**ABOUT THIS EXERCISE:** Report every line from the following entries that contains the string "ThreePointArc".
RECORDED DATA Start Marker
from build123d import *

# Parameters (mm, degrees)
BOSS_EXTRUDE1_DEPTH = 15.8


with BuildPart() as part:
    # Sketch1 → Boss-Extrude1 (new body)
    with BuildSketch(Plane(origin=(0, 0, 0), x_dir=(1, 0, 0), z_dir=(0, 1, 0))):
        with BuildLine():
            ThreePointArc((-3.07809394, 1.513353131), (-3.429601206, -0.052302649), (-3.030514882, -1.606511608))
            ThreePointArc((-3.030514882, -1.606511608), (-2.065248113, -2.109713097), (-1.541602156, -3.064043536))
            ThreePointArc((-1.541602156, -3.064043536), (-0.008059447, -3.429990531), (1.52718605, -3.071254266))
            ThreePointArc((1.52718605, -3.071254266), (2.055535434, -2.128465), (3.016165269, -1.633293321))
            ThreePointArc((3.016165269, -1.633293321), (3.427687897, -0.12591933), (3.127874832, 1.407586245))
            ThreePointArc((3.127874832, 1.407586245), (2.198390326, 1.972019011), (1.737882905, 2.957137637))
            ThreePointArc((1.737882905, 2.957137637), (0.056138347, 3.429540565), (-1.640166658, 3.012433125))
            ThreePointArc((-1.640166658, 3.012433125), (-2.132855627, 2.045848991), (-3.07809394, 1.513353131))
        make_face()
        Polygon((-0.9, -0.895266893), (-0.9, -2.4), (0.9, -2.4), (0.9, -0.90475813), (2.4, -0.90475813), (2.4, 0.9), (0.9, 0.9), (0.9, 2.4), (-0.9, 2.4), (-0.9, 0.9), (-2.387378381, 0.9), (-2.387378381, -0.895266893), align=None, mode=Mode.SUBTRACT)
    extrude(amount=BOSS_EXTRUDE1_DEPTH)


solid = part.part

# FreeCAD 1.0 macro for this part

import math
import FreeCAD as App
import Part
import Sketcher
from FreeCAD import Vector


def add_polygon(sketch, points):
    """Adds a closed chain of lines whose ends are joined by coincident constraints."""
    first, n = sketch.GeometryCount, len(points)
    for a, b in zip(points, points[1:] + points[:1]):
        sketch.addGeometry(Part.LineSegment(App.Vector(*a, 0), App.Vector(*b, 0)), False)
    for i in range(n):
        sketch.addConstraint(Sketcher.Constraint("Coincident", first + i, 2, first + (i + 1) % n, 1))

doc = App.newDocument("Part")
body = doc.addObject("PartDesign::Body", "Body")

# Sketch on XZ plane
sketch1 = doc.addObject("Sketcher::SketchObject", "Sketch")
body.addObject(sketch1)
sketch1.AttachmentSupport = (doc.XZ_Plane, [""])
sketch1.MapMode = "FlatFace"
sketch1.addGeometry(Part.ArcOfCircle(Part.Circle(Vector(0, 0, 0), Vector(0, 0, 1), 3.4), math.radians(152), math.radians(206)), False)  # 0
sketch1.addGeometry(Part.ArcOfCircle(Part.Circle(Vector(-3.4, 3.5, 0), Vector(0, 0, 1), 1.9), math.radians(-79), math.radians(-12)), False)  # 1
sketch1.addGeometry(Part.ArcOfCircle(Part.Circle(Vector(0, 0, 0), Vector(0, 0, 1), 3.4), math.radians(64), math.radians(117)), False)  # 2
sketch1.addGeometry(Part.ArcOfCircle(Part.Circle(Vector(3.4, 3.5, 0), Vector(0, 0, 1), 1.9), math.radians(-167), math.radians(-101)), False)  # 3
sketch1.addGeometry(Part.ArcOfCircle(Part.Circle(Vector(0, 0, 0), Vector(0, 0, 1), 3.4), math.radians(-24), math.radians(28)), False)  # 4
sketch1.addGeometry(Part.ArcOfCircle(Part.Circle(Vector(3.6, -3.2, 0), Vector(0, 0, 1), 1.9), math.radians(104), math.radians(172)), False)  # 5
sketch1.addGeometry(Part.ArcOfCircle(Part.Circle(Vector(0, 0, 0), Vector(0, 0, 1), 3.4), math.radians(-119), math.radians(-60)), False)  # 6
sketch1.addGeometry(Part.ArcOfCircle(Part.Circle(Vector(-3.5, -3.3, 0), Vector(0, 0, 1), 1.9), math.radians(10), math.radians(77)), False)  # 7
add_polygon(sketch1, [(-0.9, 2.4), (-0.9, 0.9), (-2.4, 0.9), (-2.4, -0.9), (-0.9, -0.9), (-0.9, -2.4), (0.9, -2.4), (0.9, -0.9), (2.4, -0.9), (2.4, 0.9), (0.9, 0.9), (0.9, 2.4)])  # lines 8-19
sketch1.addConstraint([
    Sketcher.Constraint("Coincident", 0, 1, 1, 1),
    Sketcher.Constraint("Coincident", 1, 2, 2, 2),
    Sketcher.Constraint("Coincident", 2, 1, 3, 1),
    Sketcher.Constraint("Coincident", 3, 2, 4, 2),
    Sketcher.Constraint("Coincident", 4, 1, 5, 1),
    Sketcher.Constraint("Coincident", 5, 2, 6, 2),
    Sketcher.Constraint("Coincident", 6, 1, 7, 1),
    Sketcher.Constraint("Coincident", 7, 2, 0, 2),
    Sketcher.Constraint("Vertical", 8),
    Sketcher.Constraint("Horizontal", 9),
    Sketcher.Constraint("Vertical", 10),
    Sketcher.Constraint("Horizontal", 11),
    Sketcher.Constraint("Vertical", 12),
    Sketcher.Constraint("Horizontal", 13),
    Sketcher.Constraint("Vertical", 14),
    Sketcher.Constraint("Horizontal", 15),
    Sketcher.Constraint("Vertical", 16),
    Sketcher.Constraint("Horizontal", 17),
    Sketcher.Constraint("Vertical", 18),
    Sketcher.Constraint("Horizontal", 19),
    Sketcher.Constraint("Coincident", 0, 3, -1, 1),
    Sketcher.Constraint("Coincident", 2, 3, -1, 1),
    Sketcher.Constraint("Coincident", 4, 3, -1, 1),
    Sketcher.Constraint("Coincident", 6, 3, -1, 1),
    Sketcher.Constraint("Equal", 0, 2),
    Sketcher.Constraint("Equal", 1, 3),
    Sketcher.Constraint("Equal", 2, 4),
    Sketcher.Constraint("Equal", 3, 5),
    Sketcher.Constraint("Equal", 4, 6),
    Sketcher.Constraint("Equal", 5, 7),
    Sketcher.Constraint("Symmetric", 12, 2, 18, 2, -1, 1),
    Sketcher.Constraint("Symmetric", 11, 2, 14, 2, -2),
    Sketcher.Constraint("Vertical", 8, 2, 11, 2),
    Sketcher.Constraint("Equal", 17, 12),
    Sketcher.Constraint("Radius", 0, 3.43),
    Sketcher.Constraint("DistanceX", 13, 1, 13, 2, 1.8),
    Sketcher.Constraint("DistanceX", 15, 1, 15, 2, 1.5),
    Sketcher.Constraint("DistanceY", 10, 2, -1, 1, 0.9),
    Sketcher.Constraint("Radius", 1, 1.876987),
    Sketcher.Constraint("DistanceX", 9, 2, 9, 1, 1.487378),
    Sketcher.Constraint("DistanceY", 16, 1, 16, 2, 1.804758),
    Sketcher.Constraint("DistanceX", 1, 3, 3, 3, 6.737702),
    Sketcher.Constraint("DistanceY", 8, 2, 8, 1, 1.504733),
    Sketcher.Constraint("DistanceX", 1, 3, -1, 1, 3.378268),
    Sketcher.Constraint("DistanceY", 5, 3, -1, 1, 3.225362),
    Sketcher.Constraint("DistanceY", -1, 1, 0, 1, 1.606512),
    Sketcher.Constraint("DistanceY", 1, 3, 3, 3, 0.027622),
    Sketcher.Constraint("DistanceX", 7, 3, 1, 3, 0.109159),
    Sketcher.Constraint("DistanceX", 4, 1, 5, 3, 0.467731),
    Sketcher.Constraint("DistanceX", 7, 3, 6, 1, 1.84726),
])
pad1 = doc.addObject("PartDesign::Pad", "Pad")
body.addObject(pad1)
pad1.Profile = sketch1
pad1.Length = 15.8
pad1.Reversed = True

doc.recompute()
RECORDED DATA End Marker
RECORDED DATA Start Marker
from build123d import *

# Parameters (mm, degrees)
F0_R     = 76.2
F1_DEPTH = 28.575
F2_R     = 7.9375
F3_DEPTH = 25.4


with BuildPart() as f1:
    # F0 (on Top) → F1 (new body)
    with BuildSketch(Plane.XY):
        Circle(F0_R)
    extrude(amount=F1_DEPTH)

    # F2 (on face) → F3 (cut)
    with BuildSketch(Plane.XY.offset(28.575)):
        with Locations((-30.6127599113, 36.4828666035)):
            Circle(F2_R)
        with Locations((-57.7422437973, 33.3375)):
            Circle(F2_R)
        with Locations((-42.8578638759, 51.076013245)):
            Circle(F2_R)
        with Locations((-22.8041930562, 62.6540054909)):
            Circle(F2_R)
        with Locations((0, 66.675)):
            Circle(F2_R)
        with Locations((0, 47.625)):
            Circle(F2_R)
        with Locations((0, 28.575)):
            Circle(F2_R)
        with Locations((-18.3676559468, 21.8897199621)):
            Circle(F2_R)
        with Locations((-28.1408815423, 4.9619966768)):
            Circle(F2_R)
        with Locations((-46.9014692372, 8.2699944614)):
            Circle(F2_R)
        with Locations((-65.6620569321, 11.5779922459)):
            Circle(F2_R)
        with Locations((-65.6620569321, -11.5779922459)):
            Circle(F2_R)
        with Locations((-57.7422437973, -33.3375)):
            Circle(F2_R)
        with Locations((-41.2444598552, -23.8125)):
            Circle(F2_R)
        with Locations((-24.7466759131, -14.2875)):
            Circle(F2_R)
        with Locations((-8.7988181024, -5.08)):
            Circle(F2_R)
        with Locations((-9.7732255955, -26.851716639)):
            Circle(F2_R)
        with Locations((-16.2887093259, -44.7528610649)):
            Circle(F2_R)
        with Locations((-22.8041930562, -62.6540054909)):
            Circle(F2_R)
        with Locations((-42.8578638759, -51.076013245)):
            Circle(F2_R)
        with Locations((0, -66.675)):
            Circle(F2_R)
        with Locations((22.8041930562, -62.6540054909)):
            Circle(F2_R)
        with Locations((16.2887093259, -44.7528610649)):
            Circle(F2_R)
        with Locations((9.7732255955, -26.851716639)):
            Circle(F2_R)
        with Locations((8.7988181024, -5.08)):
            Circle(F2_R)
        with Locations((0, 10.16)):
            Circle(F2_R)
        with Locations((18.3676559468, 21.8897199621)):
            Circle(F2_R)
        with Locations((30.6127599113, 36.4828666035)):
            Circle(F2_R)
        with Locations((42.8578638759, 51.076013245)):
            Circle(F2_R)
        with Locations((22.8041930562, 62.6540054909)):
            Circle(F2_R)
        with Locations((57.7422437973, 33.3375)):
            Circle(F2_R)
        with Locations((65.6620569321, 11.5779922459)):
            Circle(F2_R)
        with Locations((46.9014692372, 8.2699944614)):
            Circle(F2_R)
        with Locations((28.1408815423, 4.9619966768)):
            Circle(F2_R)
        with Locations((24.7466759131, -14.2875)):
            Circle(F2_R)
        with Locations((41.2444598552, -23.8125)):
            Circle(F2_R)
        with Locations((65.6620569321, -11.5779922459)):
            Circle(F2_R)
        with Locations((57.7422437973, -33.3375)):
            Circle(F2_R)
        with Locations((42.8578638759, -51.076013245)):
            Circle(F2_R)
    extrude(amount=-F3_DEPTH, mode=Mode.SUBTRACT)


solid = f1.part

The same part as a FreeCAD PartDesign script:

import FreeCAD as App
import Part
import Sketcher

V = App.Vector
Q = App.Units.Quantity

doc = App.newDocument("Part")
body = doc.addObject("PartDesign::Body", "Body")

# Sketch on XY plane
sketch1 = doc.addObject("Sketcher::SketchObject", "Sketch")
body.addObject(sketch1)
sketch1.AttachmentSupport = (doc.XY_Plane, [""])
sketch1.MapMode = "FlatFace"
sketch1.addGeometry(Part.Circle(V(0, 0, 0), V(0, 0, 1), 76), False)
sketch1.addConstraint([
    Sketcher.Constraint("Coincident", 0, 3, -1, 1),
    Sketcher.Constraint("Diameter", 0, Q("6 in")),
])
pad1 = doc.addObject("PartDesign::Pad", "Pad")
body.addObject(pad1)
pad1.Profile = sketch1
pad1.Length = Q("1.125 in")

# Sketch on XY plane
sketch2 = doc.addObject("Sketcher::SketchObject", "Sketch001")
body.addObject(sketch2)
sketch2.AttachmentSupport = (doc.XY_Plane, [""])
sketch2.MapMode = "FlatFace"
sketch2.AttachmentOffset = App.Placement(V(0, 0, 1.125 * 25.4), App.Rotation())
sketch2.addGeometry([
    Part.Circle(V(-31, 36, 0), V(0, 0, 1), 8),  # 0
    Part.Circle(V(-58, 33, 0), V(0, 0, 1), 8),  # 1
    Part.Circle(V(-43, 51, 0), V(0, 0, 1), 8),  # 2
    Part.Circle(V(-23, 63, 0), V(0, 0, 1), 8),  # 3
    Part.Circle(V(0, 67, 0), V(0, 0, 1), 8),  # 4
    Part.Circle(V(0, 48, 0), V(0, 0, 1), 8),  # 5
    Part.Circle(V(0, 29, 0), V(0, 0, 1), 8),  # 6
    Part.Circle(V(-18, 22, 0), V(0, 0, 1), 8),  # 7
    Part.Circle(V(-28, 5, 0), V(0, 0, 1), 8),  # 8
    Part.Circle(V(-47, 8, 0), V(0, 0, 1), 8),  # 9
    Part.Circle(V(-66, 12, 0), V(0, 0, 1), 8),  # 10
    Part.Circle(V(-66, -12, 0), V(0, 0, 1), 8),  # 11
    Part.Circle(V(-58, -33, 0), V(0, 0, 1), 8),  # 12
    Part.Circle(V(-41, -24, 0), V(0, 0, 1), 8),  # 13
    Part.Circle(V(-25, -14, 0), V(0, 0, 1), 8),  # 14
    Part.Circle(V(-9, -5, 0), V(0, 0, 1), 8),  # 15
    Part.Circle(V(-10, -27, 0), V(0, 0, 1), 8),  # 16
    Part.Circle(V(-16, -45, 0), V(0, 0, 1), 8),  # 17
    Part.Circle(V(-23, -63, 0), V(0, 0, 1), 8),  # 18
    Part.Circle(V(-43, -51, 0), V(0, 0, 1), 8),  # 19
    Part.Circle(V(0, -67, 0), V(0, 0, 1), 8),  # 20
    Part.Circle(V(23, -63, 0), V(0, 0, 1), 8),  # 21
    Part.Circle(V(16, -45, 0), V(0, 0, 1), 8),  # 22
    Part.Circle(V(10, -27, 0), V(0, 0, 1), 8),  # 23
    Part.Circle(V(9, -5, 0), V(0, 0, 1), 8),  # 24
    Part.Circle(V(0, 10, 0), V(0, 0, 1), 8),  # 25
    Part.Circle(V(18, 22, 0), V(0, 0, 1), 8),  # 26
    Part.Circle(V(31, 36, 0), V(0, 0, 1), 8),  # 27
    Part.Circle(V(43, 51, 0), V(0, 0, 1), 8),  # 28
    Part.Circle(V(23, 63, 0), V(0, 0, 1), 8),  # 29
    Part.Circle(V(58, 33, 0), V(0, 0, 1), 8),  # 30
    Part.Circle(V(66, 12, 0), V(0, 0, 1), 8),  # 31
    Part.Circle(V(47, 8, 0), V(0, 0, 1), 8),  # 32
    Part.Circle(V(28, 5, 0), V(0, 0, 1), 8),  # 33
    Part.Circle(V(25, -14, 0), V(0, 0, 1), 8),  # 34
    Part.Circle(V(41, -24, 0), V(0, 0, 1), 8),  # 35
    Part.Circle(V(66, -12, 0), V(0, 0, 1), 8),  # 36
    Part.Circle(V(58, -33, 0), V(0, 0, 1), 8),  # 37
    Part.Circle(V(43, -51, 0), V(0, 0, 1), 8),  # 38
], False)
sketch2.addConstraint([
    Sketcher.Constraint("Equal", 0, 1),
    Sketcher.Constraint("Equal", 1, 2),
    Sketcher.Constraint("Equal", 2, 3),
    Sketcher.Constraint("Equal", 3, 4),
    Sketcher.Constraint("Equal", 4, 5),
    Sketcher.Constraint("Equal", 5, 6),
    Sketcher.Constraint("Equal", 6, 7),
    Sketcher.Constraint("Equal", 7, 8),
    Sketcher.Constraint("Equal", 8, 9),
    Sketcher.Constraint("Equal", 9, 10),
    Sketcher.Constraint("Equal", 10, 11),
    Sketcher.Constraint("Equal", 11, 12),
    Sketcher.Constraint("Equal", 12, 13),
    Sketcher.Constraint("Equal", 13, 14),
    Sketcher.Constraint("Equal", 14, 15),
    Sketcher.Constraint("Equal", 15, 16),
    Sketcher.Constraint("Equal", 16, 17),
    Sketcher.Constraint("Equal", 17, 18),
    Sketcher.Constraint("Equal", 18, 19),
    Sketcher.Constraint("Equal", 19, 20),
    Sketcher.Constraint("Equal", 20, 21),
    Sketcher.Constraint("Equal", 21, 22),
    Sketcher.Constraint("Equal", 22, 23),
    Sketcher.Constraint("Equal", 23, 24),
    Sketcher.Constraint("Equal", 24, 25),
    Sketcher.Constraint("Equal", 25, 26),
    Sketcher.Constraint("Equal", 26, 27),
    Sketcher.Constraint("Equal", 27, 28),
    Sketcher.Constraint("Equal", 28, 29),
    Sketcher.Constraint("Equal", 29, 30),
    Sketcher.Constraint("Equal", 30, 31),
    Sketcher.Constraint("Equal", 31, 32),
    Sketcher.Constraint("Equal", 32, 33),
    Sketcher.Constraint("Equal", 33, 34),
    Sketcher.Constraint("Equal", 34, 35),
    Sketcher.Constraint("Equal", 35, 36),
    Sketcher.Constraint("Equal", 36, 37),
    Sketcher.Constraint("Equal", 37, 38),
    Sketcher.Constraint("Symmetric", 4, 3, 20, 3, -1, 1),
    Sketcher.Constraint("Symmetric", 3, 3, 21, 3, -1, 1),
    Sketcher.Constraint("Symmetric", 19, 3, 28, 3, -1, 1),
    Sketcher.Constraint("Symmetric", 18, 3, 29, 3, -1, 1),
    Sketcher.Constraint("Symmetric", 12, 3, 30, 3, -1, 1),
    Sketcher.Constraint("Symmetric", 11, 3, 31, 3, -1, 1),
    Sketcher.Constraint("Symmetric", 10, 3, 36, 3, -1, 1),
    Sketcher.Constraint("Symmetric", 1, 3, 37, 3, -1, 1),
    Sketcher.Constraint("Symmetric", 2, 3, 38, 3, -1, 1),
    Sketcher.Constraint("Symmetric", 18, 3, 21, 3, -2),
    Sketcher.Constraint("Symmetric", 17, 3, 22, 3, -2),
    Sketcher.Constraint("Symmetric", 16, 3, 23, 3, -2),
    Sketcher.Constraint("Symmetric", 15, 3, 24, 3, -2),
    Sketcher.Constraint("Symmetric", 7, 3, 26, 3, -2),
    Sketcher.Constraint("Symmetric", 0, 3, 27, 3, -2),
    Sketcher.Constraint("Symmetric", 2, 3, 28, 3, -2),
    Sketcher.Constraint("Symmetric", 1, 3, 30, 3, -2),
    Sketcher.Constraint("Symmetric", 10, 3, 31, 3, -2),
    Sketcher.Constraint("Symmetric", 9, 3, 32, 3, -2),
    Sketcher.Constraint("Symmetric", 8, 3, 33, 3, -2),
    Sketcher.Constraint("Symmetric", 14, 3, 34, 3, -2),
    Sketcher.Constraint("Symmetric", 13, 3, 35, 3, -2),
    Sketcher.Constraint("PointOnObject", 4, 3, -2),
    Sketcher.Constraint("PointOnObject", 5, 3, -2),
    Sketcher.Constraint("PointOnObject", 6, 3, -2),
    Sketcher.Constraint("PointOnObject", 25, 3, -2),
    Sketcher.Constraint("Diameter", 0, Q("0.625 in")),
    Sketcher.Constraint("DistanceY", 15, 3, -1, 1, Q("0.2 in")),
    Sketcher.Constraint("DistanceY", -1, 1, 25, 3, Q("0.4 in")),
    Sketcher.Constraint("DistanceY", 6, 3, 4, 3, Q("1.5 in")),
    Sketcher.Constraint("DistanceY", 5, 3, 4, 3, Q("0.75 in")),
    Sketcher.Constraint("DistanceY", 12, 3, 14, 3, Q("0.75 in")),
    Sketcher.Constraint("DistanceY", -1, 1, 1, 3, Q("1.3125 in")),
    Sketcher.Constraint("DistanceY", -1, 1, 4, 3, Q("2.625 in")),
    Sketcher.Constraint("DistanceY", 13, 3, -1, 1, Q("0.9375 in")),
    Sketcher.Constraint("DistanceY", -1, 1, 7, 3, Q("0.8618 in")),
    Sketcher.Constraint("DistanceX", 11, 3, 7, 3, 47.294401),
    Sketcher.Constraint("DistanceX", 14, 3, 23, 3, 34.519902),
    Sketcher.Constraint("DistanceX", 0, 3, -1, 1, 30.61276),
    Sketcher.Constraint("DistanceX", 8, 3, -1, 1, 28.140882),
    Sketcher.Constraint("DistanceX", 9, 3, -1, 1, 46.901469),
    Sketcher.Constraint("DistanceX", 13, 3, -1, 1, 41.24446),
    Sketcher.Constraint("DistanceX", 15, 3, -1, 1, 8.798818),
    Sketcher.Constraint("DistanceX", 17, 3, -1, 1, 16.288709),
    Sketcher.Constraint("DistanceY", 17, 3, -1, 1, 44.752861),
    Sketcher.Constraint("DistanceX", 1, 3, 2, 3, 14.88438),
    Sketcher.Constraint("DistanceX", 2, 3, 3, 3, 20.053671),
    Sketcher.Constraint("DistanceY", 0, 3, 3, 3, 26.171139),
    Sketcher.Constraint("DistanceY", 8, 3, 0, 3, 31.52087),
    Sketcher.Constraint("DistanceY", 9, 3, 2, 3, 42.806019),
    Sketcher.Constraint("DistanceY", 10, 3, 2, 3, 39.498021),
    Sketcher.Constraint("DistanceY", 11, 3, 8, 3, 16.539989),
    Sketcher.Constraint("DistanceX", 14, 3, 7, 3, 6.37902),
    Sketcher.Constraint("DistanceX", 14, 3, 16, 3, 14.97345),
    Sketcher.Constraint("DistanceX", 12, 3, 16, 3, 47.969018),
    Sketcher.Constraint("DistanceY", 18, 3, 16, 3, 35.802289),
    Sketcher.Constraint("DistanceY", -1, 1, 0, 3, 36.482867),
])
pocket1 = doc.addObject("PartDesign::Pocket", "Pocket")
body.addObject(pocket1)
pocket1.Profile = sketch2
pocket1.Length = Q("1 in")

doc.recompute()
RECORDED DATA End Marker
**EXERCISE SOLUTION:**
            ThreePointArc((-3.07809394, 1.513353131), (-3.429601206, -0.052302649), (-3.030514882, -1.606511608))
            ThreePointArc((-3.030514882, -1.606511608), (-2.065248113, -2.109713097), (-1.541602156, -3.064043536))
            ThreePointArc((-1.541602156, -3.064043536), (-0.008059447, -3.429990531), (1.52718605, -3.071254266))
            ThreePointArc((1.52718605, -3.071254266), (2.055535434, -2.128465), (3.016165269, -1.633293321))
            ThreePointArc((3.016165269, -1.633293321), (3.427687897, -0.12591933), (3.127874832, 1.407586245))
            ThreePointArc((3.127874832, 1.407586245), (2.198390326, 1.972019011), (1.737882905, 2.957137637))
            ThreePointArc((1.737882905, 2.957137637), (0.056138347, 3.429540565), (-1.640166658, 3.012433125))
            ThreePointArc((-1.640166658, 3.012433125), (-2.132855627, 2.045848991), (-3.07809394, 1.513353131))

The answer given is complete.